Lagrange Equations on Simple Pendulum

This section provides an example of applying the Lagrange Equations on an object in simple pendulum motion using generalized coordinates.

What Is Simple Pendulum Motion?
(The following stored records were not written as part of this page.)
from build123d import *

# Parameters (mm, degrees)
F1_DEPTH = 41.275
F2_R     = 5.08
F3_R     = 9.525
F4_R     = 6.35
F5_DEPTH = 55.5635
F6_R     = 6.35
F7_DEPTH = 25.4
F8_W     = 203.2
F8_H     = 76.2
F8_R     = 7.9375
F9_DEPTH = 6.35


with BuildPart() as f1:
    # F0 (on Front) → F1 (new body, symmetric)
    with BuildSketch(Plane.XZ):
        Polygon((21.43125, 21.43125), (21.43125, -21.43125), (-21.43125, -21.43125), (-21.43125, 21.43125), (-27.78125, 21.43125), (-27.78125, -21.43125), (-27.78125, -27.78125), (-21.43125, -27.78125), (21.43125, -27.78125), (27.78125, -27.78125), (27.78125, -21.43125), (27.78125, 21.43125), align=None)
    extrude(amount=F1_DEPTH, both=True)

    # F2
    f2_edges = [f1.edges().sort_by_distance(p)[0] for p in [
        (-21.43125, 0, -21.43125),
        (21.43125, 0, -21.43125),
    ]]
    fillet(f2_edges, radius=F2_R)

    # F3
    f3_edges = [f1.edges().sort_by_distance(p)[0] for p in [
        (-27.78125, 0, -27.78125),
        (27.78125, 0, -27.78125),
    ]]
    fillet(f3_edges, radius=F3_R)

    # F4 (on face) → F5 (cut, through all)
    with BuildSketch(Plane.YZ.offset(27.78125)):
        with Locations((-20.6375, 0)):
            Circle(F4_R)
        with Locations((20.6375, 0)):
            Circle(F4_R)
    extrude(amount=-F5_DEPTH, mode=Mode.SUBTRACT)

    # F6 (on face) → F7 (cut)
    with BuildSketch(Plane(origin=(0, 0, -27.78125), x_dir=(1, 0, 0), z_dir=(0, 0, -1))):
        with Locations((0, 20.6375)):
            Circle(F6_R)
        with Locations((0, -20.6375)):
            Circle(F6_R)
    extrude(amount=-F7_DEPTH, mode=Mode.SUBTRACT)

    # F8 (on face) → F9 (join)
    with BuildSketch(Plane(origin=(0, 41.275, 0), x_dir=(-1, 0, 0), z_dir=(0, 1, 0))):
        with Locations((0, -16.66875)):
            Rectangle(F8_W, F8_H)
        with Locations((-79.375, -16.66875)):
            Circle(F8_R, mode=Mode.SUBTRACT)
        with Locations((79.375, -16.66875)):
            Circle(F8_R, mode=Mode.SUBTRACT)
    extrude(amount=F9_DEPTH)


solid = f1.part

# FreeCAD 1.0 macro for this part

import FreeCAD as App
import Part
import Sketcher

V = App.Vector
Q = App.Units.Quantity


def edges_at(feature, points):
    """Names of the edges that pass closest to the given points."""
    edges = feature.Shape.Edges
    near = lambda p: min(range(len(edges)), key=lambda i: edges[i].distToShape(Part.Vertex(*p))[0])
    return sorted({f"Edge{near(p) + 1}" for p in points})


def add_polygon(sketch, points):
    """Adds a closed chain of lines whose ends are joined by coincident constraints."""
    first, n = sketch.GeometryCount, len(points)
    for a, b in zip(points, points[1:] + points[:1]):
        sketch.addGeometry(Part.LineSegment(App.Vector(*a, 0), App.Vector(*b, 0)), False)
    for i in range(n):
        sketch.addConstraint(Sketcher.Constraint("Coincident", first + i, 2, first + (i + 1) % n, 1))

doc = App.newDocument("Part")
body = doc.addObject("PartDesign::Body", "Body")

# Sketch on XZ plane
sketch1 = doc.addObject("Sketcher::SketchObject", "Sketch")
body.addObject(sketch1)
sketch1.AttachmentSupport = (doc.XZ_Plane, [""])
sketch1.MapMode = "FlatFace"
add_polygon(sketch1, [(21, 21), (21, -21), (-21, -21), (-21, 21), (-28, 21), (-28, -28), (28, -28), (28, 21)])  # lines 0-7
sketch1.addConstraint([
    Sketcher.Constraint("Vertical", 0),
    Sketcher.Constraint("Horizontal", 1),
    Sketcher.Constraint("Vertical", 2),
    Sketcher.Constraint("Horizontal", 3),
    Sketcher.Constraint("Vertical", 4),
    Sketcher.Constraint("Horizontal", 5),
    Sketcher.Constraint("Vertical", 6),
    Sketcher.Constraint("Horizontal", 7),
    Sketcher.Constraint("Symmetric", 0, 2, 2, 2, -1, 1),
    Sketcher.Constraint("Symmetric", 3, 2, 6, 2, -2),
    Sketcher.Constraint("Equal", 1, 0),
    Sketcher.Constraint("DistanceX", 3, 2, 3, 1, Q("0.25 in")),
    Sketcher.Constraint("DistanceX", 1, 2, 1, 1, Q("1.6875 in")),
    Sketcher.Constraint("DistanceY", 4, 2, 4, 1, Q("1.9375 in")),
])
pad1 = doc.addObject("PartDesign::Pad", "Pad")
body.addObject(pad1)
pad1.Profile = sketch1
pad1.Length = Q("3.25 in")
pad1.Midplane = True
doc.recompute()

fillet = doc.addObject("PartDesign::Fillet", "Fillet")
body.addObject(fillet)
fillet.Base = (pad1, edges_at(pad1, [(-21.431, 0, -21.431), (21.431, 0, -21.431)]))
fillet.Radius = Q("0.2 in")
doc.recompute()

fillet2 = doc.addObject("PartDesign::Fillet", "Fillet001")
body.addObject(fillet2)
fillet2.Base = (fillet, edges_at(fillet, [(-27.781, 0, -27.781), (27.781, 0, -27.781)]))
fillet2.Radius = Q("0.375 in")

# Sketch on YZ plane
sketch2 = doc.addObject("Sketcher::SketchObject", "Sketch001")
body.addObject(sketch2)
sketch2.AttachmentSupport = (doc.YZ_Plane, [""])
sketch2.MapMode = "FlatFace"
sketch2.AttachmentOffset = App.Placement(V(0, 0, 1.09375 * 25.4), App.Rotation())
sketch2.addGeometry([
    Part.Circle(V(-21, 0, 0), V(0, 0, 1), 6),
    Part.Circle(V(21, 0, 0), V(0, 0, 1), 6),
], False)
sketch2.addConstraint([
    Sketcher.Constraint("Equal", 0, 1),
    Sketcher.Constraint("Symmetric", 0, 3, 1, 3, -1, 1),
    Sketcher.Constraint("PointOnObject", 0, 3, -1),
    Sketcher.Constraint("Diameter", 0, Q("0.5 in")),
    Sketcher.Constraint("DistanceX", 0, 3, -1, 1, Q("0.8125 in")),
])
pocket1 = doc.addObject("PartDesign::Pocket", "Pocket")
body.addObject(pocket1)
pocket1.Profile = sketch2
pocket1.Type = "ThroughAll"

# Sketch on XY plane
sketch3 = doc.addObject("Sketcher::SketchObject", "Sketch002")
body.addObject(sketch3)
sketch3.AttachmentSupport = (doc.XY_Plane, [""])
sketch3.MapMode = "FlatFace"
sketch3.AttachmentOffset = App.Placement(V(0, 0, -1.09375 * 25.4), App.Rotation())
sketch3.addGeometry([
    Part.Circle(V(0, -21, 0), V(0, 0, 1), 6),
    Part.Circle(V(0, 21, 0), V(0, 0, 1), 6),
], False)
sketch3.addConstraint([
    Sketcher.Constraint("Equal", 0, 1),
    Sketcher.Constraint("Symmetric", 0, 3, 1, 3, -1, 1),
    Sketcher.Constraint("PointOnObject", 0, 3, -2),
    Sketcher.Constraint("Diameter", 0, Q("0.5 in")),
    Sketcher.Constraint("DistanceY", 0, 3, -1, 1, Q("0.8125 in")),
])
pocket2 = doc.addObject("PartDesign::Pocket", "Pocket001")
body.addObject(pocket2)
pocket2.Profile = sketch3
pocket2.Length = Q("1 in")
pocket2.Reversed = True

# Sketch on XZ plane
sketch4 = doc.addObject("Sketcher::SketchObject", "Sketch003")
body.addObject(sketch4)
sketch4.AttachmentSupport = (doc.XZ_Plane, [""])
sketch4.MapMode = "FlatFace"
sketch4.AttachmentOffset = App.Placement(V(0, 0, -1.625 * 25.4), App.Rotation())
add_polygon(sketch4, [(102, 21), (102, -55), (-102, -55), (-102, 21)])  # lines 0-3
sketch4.addGeometry(Part.Circle(V(79, -17, 0), V(0, 0, 1), 8), False)  # 4
sketch4.addGeometry(Part.Circle(V(-79, -17, 0), V(0, 0, 1), 8), False)  # 5
sketch4.addConstraint([
    Sketcher.Constraint("Vertical", 0),
    Sketcher.Constraint("Horizontal", 1),
    Sketcher.Constraint("Vertical", 2),
    Sketcher.Constraint("Horizontal", 3),
    Sketcher.Constraint("Equal", 4, 5),
    Sketcher.Constraint("Symmetric", 4, 3, 5, 3, -2),
    Sketcher.Constraint("DistanceX", 1, 2, 1, 1, Q("8 in")),
    Sketcher.Constraint("DistanceY", 0, 2, 0, 1, Q("3 in")),
    Sketcher.Constraint("Diameter", 4, Q("0.625 in")),
    Sketcher.Constraint("DistanceX", -1, 1, 0, 2, Q("4 in")),
    Sketcher.Constraint("DistanceY", 0, 2, 4, 3, Q("1.5 in")),
    Sketcher.Constraint("DistanceX", 5, 3, 4, 3, Q("6.25 in")),
    Sketcher.Constraint("DistanceY", 4, 3, -1, 1, Q("0.65625 in")),
])
pad2 = doc.addObject("PartDesign::Pad", "Pad001")
body.addObject(pad2)
pad2.Profile = sketch4
pad2.Length = Q("0.25 in")
pad2.Reversed = True

doc.recompute()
A Simple Pendulum Motion is an object of mass m hanging on a string from a pivot point so that it is constrained to move on a circle of radius L.

Let's introduce 2 generalized coordinates to describe this motion, θ and l:

```q = (θ, l)

where:
# θ is the angular position from the vertical line
# l is the length of the string
```

The transformation functions are:

```r = (x, y)

r = (r1(), r2())

r = (l*sin(θ), -l*cos(θ))
```

Then the velocity is:

```r' = dr/dt

or:
r' = (l*cos(θ)*θ', l*sin(θ)*θ')
```

Then the kinetic energy is:

```T = m*v*v/2

or:
T = 0.5*m*r'*r'

or:
T = 0.5*m*l*l*(cos(θ)**2)+sin(θ)**2)*θ'*θ'

or:
T = 0.5*m*l*l*θ'*θ'
# Since cos(θ)**2)+sin(θ)**2 = 1
```

Then the potential energy is:

```V = m*g*y

or:
V = m*g*(-l*cos(θ))

or:
V = -m*g*l*cos(θ)
```

The Lagrangian function in generalized coordinates becomes:

```L = T - V                          (G.1)

or:
L = 0.5*m*l*l*θ'*θ' + m*g*l*cos(θ)
```

Now take the Lagrange Equations in generalized coordinates:

```d(∂L/∂q')/dt = ∂L/∂q               (C.3)

or:
d(∂L/∂θ')/dt = ∂L/∂θ
d(∂L/∂l')/dt = ∂L/∂l

or:
d(m*l*l*θ')/dt = -m*g*l*sin(θ)
0 = 0

or:
m*l*l*θ" = -m*g*l*sin(θ)

or:
l*θ" = -g*sin(θ)
```

Wow! It is much easier to use generalized coordinates than Cartesian coordinates in this case.